Excerpts from a dataset
+===+

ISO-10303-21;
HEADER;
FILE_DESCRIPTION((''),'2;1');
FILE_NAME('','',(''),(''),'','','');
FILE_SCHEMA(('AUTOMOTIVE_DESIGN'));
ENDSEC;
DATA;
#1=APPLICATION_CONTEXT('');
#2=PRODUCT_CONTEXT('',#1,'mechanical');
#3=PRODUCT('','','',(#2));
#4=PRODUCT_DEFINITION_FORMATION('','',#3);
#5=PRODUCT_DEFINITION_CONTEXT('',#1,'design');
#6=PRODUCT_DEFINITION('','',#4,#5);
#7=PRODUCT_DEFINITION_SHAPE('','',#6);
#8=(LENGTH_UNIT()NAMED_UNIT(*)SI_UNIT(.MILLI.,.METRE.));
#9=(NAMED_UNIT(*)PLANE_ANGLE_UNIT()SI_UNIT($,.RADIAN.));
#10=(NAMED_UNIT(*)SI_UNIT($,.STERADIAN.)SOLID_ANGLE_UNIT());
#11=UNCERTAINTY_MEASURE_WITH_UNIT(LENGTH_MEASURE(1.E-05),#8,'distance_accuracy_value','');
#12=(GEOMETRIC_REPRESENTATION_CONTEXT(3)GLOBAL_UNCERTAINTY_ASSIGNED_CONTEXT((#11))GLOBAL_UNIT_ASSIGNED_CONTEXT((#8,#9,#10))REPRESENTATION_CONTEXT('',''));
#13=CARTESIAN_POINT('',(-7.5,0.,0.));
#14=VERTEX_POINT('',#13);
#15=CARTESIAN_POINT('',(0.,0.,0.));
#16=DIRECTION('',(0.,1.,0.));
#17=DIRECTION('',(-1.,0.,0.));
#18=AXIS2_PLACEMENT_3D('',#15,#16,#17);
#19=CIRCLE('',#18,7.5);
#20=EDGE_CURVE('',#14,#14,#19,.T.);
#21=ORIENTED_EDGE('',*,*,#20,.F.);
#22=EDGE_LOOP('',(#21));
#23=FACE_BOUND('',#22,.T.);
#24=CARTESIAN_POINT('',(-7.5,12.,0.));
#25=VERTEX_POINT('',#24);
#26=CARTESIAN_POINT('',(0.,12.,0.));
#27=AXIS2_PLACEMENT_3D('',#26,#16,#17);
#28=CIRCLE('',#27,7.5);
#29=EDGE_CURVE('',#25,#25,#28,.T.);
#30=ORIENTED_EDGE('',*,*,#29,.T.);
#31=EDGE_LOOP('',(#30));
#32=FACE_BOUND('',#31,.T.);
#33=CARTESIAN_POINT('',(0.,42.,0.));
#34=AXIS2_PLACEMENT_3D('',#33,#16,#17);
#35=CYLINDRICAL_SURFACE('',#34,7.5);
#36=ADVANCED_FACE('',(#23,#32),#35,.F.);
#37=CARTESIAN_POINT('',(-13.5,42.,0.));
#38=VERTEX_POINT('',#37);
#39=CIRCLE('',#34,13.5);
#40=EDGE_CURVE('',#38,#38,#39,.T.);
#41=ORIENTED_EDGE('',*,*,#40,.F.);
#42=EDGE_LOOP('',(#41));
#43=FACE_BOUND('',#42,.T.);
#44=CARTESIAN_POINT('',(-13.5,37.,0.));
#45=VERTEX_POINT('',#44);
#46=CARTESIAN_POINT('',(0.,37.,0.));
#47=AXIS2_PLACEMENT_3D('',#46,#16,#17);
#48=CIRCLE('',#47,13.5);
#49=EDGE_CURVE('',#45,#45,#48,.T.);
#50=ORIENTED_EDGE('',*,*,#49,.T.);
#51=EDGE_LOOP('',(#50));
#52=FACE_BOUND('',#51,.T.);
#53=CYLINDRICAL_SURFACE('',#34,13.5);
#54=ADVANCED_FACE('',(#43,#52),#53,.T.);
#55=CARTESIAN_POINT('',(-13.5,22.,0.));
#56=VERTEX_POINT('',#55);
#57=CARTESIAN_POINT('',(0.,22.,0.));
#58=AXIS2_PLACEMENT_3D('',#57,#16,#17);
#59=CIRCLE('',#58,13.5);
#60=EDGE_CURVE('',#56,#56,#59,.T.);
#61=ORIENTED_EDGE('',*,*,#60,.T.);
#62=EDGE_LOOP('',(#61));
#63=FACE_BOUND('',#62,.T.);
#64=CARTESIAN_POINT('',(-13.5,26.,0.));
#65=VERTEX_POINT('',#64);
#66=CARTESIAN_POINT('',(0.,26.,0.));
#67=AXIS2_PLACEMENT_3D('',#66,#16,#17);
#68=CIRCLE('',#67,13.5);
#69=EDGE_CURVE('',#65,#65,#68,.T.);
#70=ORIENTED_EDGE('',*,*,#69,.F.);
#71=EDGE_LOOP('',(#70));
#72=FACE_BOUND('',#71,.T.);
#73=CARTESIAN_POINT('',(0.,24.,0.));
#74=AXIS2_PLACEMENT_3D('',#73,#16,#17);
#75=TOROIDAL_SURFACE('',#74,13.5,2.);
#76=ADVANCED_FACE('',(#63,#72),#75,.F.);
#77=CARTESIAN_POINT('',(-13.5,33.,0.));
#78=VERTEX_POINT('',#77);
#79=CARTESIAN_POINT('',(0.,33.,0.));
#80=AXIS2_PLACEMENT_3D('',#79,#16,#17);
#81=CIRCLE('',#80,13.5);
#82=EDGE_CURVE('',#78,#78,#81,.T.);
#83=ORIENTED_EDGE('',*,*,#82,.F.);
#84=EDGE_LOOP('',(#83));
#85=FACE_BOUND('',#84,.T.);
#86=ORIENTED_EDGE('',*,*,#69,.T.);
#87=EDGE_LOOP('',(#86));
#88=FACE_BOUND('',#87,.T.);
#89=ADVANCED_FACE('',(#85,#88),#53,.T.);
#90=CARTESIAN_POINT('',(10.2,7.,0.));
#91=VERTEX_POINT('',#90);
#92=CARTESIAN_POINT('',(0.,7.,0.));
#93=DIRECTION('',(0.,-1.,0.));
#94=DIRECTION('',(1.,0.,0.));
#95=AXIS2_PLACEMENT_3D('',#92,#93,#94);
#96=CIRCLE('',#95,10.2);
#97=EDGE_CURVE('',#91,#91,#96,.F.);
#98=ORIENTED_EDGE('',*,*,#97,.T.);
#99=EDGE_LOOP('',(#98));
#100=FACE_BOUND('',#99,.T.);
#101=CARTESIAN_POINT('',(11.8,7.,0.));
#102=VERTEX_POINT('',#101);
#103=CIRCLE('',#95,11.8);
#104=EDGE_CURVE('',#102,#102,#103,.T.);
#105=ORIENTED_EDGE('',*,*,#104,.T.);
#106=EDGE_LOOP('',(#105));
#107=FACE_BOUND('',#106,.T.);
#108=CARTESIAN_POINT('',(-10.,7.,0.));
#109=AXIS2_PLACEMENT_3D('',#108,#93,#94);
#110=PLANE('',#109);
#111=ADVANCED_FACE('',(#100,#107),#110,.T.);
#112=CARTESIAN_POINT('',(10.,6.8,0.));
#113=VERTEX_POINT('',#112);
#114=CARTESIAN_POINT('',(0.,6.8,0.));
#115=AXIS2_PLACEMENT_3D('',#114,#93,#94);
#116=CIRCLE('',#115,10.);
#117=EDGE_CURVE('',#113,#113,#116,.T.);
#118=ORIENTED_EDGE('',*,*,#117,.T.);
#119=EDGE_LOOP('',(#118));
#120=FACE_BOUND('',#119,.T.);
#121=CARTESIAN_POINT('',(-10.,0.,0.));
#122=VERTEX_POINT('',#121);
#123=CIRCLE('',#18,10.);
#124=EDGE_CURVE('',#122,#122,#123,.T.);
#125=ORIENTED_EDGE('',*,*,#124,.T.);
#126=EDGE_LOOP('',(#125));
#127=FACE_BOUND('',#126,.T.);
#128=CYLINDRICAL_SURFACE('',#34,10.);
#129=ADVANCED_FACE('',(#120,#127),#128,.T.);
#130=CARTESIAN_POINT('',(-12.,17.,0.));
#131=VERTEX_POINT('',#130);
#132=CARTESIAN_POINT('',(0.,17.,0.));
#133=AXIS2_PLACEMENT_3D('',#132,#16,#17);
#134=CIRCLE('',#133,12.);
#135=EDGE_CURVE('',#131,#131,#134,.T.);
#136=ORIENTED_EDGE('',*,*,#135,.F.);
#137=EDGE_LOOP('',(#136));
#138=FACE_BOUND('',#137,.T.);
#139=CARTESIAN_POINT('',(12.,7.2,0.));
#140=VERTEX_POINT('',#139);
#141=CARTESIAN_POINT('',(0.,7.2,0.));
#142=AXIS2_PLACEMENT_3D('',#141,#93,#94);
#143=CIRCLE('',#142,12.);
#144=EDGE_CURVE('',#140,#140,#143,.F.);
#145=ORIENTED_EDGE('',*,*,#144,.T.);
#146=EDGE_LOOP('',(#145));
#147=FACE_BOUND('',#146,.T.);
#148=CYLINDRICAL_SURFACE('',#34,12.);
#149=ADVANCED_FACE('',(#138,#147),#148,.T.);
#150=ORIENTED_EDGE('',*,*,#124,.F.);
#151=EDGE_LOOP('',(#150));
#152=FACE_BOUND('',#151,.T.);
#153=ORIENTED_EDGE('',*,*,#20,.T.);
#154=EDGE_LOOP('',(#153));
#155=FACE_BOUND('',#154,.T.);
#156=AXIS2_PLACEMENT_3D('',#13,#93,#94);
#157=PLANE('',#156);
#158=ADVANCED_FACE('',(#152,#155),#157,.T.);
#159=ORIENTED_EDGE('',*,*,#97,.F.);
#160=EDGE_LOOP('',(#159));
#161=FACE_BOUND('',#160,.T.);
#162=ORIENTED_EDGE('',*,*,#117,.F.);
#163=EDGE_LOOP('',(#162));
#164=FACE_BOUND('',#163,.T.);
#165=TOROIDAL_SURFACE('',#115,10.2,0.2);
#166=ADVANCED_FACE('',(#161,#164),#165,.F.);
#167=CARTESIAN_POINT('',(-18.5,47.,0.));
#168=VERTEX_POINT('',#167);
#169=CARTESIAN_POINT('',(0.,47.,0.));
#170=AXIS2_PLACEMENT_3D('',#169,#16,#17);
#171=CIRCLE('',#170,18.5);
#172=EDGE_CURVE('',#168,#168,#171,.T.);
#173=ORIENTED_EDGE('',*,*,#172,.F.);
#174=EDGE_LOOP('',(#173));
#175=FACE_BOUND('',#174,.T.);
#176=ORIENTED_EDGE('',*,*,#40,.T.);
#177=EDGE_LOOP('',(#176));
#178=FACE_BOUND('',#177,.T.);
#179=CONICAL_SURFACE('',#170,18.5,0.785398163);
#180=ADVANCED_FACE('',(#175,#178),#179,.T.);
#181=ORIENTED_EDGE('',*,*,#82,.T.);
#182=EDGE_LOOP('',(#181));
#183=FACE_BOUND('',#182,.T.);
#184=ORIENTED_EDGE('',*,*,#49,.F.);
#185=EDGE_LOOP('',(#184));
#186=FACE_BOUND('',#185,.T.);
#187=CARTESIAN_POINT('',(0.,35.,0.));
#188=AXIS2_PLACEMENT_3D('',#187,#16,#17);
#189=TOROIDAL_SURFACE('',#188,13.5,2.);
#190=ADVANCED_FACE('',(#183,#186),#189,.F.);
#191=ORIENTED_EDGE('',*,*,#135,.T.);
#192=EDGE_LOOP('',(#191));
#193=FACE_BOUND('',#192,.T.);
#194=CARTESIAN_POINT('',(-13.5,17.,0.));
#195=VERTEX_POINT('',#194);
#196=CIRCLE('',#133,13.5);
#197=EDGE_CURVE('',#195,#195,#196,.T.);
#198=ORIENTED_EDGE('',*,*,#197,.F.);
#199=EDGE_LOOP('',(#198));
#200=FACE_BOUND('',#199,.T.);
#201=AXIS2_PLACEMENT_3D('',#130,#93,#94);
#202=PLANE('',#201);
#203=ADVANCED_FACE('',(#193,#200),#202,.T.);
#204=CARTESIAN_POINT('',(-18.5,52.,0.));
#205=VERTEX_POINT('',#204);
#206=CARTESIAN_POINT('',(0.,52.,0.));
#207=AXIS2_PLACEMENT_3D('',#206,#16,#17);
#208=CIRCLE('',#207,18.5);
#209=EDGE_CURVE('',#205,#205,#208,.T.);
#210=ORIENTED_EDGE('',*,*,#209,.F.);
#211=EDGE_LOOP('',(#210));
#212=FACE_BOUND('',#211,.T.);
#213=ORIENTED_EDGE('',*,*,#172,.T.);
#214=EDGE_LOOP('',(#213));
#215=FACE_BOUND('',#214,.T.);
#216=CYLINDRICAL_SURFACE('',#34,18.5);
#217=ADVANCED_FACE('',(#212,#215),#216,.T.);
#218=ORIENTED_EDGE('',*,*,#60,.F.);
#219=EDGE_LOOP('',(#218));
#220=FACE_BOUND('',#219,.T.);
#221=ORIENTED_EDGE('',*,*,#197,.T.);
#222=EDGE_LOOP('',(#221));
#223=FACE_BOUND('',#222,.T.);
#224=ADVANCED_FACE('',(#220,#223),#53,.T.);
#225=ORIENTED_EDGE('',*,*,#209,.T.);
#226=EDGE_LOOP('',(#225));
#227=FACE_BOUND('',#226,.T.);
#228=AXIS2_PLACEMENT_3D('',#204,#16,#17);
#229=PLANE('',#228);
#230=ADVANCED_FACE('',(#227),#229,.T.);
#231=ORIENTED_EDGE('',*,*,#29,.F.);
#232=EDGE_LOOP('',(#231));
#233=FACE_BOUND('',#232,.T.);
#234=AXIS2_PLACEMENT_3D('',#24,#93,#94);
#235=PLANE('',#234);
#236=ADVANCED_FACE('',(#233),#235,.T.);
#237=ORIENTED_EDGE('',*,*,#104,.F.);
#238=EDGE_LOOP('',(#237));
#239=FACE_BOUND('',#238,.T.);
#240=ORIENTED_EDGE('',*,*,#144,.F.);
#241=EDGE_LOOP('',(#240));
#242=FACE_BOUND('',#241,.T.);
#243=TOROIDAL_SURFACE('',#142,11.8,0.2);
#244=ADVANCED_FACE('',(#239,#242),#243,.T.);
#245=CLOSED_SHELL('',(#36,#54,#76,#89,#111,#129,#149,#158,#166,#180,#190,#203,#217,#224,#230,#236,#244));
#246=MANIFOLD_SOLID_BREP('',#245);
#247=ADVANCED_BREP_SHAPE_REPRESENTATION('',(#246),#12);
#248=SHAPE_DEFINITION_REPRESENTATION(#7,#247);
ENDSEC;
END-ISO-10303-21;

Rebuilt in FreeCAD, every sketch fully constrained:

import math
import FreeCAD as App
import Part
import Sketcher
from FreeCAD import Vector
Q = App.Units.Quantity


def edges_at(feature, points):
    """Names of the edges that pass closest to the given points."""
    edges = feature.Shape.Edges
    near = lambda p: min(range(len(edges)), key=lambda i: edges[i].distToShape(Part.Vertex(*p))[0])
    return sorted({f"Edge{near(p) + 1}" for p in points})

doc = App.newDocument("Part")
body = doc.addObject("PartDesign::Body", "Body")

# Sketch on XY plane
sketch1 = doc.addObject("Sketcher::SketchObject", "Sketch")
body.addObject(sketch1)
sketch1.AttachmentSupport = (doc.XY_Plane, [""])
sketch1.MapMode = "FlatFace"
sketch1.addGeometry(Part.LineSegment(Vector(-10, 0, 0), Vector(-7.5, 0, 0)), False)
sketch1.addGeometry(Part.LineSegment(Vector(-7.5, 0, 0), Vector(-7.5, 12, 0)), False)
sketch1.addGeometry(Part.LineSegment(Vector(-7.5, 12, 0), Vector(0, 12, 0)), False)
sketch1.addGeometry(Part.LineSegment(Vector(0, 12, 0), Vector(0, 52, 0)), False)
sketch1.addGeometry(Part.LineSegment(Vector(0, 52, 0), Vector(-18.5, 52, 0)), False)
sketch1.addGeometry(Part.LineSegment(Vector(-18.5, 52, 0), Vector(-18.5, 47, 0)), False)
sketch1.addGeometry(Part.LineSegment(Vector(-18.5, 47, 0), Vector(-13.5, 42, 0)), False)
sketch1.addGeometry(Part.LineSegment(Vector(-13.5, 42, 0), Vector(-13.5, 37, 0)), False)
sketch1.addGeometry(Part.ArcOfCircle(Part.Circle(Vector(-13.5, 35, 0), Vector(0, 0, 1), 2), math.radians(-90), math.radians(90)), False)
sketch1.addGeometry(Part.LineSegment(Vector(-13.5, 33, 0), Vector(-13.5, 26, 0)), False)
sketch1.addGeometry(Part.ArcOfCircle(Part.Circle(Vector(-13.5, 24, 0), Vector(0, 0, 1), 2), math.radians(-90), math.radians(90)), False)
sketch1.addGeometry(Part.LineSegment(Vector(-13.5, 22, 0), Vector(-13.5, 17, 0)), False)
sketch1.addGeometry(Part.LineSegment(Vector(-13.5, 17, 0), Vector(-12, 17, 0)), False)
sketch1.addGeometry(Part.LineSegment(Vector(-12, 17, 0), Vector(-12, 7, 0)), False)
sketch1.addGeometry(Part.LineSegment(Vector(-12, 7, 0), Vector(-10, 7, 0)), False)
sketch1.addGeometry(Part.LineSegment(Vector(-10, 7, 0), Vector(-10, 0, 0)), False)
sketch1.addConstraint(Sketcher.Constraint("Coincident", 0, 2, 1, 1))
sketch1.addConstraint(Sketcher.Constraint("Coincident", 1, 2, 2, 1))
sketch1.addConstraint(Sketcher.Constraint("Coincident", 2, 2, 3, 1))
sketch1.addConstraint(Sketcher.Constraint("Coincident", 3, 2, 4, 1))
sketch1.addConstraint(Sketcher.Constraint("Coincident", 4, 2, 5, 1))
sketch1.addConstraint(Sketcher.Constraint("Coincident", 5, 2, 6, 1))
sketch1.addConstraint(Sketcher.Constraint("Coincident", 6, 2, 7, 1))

+===+

- **Problem to solve**
Starting with the line above that holds "#39=CIRCLE('',#34,13.5);" and stopping with the line that holds "#105=ORIENTED_EDGE('',*,*,#104,.T.);", reproduce each line exactly, omitting all other lines.

- **Response area**
#39=CIRCLE('',#34,13.5);
#40=EDGE_CURVE('',#38,#38,#39,.T.);
#41=ORIENTED_EDGE('',*,*,#40,.F.);
#42=EDGE_LOOP('',(#41));
#43=FACE_BOUND('',#42,.T.);
#44=CARTESIAN_POINT('',(-13.5,37.,0.));
#45=VERTEX_POINT('',#44);
#46=CARTESIAN_POINT('',(0.,37.,0.));
#47=AXIS2_PLACEMENT_3D('',#46,#16,#17);
#48=CIRCLE('',#47,13.5);
#49=EDGE_CURVE('',#45,#45,#48,.T.);
#50=ORIENTED_EDGE('',*,*,#49,.T.);
#51=EDGE_LOOP('',(#50));
#52=FACE_BOUND('',#51,.T.);
#53=CYLINDRICAL_SURFACE('',#34,13.5);
#54=ADVANCED_FACE('',(#43,#52),#53,.T.);
#55=CARTESIAN_POINT('',(-13.5,22.,0.));
#56=VERTEX_POINT('',#55);
#57=CARTESIAN_POINT('',(0.,22.,0.));
#58=AXIS2_PLACEMENT_3D('',#57,#16,#17);
#59=CIRCLE('',#58,13.5);
#60=EDGE_CURVE('',#56,#56,#59,.T.);
#61=ORIENTED_EDGE('',*,*,#60,.T.);
#62=EDGE_LOOP('',(#61));
#63=FACE_BOUND('',#62,.T.);
#64=CARTESIAN_POINT('',(-13.5,26.,0.));
#65=VERTEX_POINT('',#64);
#66=CARTESIAN_POINT('',(0.,26.,0.));
#67=AXIS2_PLACEMENT_3D('',#66,#16,#17);
#68=CIRCLE('',#67,13.5);
#69=EDGE_CURVE('',#65,#65,#68,.T.);
#70=ORIENTED_EDGE('',*,*,#69,.F.);
#71=EDGE_LOOP('',(#70));
#72=FACE_BOUND('',#71,.T.);
#73=CARTESIAN_POINT('',(0.,24.,0.));
#74=AXIS2_PLACEMENT_3D('',#73,#16,#17);
#75=TOROIDAL_SURFACE('',#74,13.5,2.);
#76=ADVANCED_FACE('',(#63,#72),#75,.F.);
#77=CARTESIAN_POINT('',(-13.5,33.,0.));
#78=VERTEX_POINT('',#77);
#79=CARTESIAN_POINT('',(0.,33.,0.));
#80=AXIS2_PLACEMENT_3D('',#79,#16,#17);
#81=CIRCLE('',#80,13.5);
#82=EDGE_CURVE('',#78,#78,#81,.T.);
#83=ORIENTED_EDGE('',*,*,#82,.F.);
#84=EDGE_LOOP('',(#83));
#85=FACE_BOUND('',#84,.T.);
#86=ORIENTED_EDGE('',*,*,#69,.T.);
#87=EDGE_LOOP('',(#86));
#88=FACE_BOUND('',#87,.T.);
#89=ADVANCED_FACE('',(#85,#88),#53,.T.);
#90=CARTESIAN_POINT('',(10.2,7.,0.));
#91=VERTEX_POINT('',#90);
#92=CARTESIAN_POINT('',(0.,7.,0.));
#93=DIRECTION('',(0.,-1.,0.));
#94=DIRECTION('',(1.,0.,0.));
#95=AXIS2_PLACEMENT_3D('',#92,#93,#94);
#96=CIRCLE('',#95,10.2);
#97=EDGE_CURVE('',#91,#91,#96,.F.);
#98=ORIENTED_EDGE('',*,*,#97,.T.);
#99=EDGE_LOOP('',(#98));
#100=FACE_BOUND('',#99,.T.);
#101=CARTESIAN_POINT('',(11.8,7.,0.));
#102=VERTEX_POINT('',#101);
#103=CIRCLE('',#95,11.8);
#104=EDGE_CURVE('',#102,#102,#103,.T.);
#105=ORIENTED_EDGE('',*,*,#104,.T.);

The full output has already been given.